Rockingham turned out to be a pleasant commuter suburb of Perth and a holiday destination as well. The town was wide-spread with the chemical industries and harbour with enormous grqain storage facilities at one end and Garden Island Naval Base at the other, after which there was Peron Point and fabulous snorkelling opportunities. We explored by van and on foot, enjoyed lunch in the beachside park under the trees, indulged in a cappuccino at a nearby cafe, purchased a new hat and an LED light for using outside at night as the existing one was not bright enough. Having decided that Rockingham had enough areas of interest to keep us busy for the day and into Friday, we swam at the Palm Beach jetty while we waited for the caravan park office to reopen after lunch and enjoyed a relaxing afternoon.
Rockingham to Perth
Friday, March 18th
We drove up the road to Lake Richmond, a shallow body of water with beaches which had thrombolites, about which we had read a little. They are extremely primitive life forms, consisting of single-celled bacteria which deposit layers of silt and calcium that slowly grow into rounded rocks. Scientists believe they are the earliest form of life on earth, dating back about 3500 million years, and the origins of oxygen in the atmosphere. These relics are mostly extinct and exist only as fossils - living examples can still be found growing in just a handful of places in the world.
The thrombolites were not a great scenic attraction but the little eagles that rested on the sandy water’s edge and hovered above the lake were very entertaining.

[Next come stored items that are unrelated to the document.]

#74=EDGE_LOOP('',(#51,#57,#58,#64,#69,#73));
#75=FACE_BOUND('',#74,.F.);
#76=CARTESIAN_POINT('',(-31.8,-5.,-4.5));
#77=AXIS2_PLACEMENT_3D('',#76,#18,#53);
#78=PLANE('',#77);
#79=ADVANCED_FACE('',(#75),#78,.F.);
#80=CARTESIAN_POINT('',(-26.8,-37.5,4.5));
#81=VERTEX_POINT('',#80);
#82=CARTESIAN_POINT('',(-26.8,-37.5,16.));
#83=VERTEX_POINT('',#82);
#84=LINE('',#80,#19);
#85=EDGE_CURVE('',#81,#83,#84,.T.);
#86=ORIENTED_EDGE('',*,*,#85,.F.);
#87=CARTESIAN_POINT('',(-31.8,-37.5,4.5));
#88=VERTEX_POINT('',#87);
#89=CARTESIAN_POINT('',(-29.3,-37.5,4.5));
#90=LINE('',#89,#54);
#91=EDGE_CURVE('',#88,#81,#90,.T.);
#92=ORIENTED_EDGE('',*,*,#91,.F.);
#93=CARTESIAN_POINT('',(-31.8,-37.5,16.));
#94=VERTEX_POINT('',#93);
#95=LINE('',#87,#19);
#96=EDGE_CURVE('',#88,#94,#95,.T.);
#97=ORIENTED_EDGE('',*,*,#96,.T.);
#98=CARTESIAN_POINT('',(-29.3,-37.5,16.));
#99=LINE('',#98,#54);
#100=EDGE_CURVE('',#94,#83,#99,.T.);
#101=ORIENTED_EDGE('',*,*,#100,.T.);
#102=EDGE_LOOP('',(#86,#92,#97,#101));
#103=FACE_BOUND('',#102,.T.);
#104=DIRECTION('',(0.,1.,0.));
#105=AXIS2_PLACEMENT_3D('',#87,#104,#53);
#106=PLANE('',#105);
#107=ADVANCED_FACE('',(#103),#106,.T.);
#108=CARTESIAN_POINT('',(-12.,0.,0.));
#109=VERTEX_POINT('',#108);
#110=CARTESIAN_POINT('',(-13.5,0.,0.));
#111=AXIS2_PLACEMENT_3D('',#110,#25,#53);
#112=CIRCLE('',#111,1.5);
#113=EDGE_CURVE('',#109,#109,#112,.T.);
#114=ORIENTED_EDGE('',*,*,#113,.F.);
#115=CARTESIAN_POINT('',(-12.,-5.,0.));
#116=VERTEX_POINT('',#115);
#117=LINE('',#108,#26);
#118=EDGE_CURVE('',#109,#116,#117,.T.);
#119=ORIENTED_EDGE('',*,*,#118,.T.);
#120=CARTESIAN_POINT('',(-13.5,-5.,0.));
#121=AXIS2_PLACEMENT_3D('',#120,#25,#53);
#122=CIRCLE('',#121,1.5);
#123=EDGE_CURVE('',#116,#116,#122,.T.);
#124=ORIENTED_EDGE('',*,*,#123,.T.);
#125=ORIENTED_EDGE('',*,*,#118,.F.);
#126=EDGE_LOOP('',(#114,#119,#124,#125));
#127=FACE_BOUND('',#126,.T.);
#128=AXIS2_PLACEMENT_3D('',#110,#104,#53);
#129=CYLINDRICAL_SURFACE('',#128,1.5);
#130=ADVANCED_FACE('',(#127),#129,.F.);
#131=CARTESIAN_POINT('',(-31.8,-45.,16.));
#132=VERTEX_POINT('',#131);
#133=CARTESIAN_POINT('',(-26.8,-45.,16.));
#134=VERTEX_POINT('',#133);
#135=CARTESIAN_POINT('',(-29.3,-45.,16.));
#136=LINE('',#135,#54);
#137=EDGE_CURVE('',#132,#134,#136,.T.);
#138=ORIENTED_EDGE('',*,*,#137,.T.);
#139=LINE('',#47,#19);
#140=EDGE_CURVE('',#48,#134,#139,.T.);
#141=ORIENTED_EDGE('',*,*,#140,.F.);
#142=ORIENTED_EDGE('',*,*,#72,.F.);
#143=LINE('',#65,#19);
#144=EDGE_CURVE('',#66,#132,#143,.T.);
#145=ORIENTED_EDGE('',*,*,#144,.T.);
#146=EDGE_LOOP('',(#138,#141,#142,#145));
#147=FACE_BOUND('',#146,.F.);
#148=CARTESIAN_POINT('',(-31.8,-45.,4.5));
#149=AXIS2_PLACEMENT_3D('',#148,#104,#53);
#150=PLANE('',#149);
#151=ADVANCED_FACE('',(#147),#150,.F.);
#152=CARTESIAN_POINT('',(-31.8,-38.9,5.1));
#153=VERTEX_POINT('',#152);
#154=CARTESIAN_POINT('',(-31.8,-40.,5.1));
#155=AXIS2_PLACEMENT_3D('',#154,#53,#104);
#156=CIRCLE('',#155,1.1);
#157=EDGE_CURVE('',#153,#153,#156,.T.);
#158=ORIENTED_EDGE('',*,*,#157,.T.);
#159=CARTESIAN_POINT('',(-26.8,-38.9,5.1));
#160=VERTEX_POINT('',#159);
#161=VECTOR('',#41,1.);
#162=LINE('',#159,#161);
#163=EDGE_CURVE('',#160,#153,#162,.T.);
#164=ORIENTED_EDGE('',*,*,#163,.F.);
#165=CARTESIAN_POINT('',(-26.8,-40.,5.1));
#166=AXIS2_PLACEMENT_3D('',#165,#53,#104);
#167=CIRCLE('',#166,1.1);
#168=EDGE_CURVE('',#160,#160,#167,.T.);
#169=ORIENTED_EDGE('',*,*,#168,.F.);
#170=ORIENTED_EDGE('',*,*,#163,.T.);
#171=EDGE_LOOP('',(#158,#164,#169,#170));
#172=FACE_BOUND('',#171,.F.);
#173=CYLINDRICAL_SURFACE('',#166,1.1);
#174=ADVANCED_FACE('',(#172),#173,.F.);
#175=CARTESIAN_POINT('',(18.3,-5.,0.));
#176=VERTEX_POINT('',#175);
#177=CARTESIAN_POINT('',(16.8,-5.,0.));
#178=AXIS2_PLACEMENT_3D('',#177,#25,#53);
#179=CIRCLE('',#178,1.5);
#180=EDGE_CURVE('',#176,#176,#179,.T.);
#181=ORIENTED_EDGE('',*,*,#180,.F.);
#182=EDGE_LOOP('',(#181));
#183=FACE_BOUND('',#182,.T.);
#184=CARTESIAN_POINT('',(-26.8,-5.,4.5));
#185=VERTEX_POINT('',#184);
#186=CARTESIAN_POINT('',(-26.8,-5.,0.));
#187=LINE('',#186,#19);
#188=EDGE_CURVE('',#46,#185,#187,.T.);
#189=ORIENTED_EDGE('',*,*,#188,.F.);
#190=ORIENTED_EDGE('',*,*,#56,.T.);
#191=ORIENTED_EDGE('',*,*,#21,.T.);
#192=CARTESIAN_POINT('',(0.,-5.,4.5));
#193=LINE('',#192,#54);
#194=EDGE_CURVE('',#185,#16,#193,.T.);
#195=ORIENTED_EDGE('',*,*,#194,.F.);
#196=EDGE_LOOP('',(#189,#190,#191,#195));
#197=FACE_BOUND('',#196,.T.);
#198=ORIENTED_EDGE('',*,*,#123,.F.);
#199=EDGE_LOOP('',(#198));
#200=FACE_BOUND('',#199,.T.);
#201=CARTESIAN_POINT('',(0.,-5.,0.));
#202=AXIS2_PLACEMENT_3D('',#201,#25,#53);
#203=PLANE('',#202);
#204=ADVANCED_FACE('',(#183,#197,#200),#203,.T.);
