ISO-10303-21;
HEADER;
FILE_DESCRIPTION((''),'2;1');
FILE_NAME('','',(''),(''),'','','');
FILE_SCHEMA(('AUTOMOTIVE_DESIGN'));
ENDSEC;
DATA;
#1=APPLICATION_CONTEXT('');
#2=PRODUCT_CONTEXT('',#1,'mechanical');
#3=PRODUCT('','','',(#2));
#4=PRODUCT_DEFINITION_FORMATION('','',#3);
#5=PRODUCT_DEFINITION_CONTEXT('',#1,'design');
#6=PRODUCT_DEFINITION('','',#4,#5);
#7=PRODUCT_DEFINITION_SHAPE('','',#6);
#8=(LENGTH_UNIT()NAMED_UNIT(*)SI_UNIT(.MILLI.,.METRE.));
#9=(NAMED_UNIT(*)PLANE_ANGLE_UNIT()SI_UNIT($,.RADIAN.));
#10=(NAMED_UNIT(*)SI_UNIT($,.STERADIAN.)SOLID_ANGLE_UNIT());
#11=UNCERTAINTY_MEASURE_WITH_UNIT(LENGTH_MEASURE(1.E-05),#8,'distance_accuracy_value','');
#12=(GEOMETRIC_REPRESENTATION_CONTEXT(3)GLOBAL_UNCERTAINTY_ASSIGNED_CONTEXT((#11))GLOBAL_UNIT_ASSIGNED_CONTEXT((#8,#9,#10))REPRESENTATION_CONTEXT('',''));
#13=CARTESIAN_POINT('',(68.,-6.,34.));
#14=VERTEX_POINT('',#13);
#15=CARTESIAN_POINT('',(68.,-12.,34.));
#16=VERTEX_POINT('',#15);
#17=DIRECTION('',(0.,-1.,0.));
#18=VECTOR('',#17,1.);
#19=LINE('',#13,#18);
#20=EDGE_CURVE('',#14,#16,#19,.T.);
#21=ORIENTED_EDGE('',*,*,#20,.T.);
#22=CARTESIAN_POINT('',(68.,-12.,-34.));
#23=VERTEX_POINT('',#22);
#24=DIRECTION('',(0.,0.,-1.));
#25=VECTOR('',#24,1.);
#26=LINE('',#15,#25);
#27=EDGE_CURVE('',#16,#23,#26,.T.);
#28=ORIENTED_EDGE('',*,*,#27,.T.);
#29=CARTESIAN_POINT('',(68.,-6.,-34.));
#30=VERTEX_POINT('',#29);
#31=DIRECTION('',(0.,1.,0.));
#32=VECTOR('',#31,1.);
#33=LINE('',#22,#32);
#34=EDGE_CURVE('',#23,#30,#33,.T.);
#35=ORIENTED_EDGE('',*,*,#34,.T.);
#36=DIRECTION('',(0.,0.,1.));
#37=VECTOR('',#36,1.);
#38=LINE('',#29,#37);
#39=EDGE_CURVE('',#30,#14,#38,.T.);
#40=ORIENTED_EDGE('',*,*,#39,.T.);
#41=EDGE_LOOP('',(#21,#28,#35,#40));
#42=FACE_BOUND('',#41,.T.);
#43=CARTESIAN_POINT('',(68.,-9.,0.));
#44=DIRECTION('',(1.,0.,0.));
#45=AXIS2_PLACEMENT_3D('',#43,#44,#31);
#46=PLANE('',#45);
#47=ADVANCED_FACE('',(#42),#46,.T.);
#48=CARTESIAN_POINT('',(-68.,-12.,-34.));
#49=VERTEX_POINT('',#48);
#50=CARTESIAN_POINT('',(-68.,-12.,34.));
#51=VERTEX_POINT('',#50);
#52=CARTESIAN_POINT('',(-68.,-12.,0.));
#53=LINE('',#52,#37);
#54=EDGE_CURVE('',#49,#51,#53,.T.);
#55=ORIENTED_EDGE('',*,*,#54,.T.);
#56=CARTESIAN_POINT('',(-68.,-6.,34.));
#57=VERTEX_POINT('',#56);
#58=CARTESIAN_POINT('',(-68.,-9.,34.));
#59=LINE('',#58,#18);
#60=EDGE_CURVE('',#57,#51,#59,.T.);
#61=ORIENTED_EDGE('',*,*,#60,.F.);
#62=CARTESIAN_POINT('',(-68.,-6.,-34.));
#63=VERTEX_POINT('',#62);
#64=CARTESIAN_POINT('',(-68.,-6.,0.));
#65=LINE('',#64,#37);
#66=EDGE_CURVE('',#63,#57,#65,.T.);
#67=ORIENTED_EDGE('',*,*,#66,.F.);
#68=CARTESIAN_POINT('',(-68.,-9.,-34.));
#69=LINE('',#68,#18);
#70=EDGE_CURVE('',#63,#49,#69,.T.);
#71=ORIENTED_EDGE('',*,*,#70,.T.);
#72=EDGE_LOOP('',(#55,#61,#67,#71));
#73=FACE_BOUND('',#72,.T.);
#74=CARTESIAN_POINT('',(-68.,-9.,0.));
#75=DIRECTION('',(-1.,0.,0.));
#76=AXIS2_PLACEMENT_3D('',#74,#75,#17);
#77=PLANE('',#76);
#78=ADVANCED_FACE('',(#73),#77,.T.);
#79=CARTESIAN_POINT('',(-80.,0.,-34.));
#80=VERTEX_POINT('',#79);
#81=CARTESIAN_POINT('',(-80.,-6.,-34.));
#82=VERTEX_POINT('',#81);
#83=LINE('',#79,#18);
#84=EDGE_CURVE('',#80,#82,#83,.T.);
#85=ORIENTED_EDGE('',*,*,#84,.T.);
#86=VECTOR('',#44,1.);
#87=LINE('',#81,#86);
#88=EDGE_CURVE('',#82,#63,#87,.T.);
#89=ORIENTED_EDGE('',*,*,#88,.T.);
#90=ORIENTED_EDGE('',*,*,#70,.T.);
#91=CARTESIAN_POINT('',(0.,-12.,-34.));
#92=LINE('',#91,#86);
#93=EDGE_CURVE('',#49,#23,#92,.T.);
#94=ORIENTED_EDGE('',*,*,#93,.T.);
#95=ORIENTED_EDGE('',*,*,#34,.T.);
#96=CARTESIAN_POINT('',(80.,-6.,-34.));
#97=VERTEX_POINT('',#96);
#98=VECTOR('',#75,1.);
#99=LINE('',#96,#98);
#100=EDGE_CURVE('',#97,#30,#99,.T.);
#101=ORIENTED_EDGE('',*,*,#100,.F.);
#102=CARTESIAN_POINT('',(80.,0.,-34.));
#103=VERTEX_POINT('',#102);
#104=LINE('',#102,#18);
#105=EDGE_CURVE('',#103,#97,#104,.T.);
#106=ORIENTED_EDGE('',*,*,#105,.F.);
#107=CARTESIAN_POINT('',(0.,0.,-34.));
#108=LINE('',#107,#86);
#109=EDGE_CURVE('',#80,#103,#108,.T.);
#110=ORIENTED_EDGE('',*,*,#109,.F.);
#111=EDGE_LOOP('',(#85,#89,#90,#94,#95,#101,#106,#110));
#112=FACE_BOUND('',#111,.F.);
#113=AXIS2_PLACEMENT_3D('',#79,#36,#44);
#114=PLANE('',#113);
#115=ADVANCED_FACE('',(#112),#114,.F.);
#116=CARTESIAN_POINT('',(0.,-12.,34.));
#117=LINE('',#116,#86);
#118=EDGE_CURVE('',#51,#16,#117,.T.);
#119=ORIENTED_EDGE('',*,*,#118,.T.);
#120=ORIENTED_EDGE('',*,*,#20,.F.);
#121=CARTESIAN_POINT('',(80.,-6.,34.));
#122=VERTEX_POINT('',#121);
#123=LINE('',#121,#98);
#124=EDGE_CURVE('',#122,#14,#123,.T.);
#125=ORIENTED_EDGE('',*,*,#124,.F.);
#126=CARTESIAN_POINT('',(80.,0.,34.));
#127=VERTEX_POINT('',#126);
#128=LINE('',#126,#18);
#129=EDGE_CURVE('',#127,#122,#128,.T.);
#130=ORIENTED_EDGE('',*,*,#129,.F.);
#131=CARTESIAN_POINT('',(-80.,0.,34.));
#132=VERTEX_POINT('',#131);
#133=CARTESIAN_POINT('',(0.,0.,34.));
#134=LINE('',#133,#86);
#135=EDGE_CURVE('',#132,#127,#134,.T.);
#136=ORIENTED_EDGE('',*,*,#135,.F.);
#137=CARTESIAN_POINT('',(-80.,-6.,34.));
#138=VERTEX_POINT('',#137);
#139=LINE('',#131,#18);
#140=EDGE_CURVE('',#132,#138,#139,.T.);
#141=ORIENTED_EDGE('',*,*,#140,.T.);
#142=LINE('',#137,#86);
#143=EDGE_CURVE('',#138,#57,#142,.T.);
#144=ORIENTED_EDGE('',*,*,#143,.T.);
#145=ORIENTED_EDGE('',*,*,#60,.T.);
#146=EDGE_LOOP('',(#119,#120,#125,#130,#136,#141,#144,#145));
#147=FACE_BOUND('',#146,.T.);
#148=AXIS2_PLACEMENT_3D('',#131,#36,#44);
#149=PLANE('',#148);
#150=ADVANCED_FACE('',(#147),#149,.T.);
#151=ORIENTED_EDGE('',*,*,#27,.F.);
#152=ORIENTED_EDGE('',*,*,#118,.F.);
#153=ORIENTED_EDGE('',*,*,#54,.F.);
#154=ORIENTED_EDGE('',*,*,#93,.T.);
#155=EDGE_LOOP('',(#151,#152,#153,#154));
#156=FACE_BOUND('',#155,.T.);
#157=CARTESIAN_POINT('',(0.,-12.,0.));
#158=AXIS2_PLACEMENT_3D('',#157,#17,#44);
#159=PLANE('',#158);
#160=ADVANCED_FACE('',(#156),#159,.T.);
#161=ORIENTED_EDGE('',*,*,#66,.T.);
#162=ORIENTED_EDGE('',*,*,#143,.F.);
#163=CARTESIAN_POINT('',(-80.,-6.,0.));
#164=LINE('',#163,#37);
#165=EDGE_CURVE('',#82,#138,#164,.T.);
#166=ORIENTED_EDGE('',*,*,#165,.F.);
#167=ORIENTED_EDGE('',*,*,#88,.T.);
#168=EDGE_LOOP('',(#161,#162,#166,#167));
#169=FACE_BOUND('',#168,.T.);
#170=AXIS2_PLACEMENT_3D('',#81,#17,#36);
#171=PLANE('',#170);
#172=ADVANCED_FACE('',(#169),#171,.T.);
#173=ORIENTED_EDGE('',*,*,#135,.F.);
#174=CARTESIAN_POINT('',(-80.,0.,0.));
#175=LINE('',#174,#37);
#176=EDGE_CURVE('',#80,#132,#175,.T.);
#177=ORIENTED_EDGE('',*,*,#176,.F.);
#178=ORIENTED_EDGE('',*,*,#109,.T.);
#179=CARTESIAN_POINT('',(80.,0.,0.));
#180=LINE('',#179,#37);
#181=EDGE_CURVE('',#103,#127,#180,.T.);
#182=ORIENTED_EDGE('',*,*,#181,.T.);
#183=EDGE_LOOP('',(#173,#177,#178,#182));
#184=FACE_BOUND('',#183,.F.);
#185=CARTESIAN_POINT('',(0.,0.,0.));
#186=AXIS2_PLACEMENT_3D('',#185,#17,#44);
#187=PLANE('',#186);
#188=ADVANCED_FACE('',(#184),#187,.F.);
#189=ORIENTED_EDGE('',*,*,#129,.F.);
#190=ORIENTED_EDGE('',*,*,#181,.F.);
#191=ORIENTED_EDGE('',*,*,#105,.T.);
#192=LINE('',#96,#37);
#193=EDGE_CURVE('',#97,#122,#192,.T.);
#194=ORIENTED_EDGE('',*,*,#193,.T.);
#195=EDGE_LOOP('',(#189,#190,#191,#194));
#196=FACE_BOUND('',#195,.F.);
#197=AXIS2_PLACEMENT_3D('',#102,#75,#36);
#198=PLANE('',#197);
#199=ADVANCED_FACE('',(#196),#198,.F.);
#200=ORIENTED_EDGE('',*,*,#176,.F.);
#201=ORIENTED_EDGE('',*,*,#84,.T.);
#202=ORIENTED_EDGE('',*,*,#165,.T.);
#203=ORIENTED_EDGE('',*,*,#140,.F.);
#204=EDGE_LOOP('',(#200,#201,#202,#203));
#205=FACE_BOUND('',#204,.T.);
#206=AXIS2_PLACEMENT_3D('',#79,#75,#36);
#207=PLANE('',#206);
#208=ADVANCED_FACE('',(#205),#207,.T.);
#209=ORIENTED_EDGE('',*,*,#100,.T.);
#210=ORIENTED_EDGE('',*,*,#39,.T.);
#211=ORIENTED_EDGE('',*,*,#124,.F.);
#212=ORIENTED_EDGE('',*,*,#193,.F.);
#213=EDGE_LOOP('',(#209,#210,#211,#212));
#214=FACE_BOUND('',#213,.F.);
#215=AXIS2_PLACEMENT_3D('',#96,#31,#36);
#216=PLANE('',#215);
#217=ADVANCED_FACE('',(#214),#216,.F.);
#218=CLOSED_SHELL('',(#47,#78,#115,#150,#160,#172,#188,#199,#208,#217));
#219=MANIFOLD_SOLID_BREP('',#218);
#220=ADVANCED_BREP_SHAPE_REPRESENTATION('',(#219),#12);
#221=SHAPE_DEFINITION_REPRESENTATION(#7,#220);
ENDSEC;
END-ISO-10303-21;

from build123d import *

# Parameters (mm, degrees)
F0_W     = 160
F0_H     = 68
F1_DEPTH = 12
F3_DEPTH = 12
F4_W     = 6
F4_H     = 68
F5_DEPTH = 12


with BuildPart() as f1:
    # F0 (on Front) → F1 (new body)
    with BuildSketch(Plane.XZ):
        Rectangle(F0_W, F0_H)
    extrude(amount=F1_DEPTH)

    # F2 (on face) → F3 (cut)
    with BuildSketch(Plane.YZ.offset(80)):
        Polygon((-6, 22), (-6, 34), (-12, 34), (-12, -34), (-6, -34), align=None)
    extrude(amount=-F3_DEPTH, mode=Mode.SUBTRACT)

    # F4 (on face) → F5 (cut)
    with BuildSketch(Plane(origin=(-80, 0, 0), x_dir=(0, -1, 0), z_dir=(-1, 0, 0))):
        with Locations((9, 0)):
            Rectangle(F4_W, F4_H)
    extrude(amount=-F5_DEPTH, mode=Mode.SUBTRACT)


solid = f1.part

From there we went to Point Peron to snorkel but while the water was warm it was murky too. However, it was great to be in the water again.
The rest of the day was spent travelling to and exploring Fremantle, a great spot in which to while away a couple of hours by walking around the old buildings, looking at the cafes on the port and watching the uni students and tourists. The market was on but the quality and range of fresh food was disappointing.
We arrived at Cottesloe and had a great night catching up with Lizzie and Joel and hearing about their WA lives.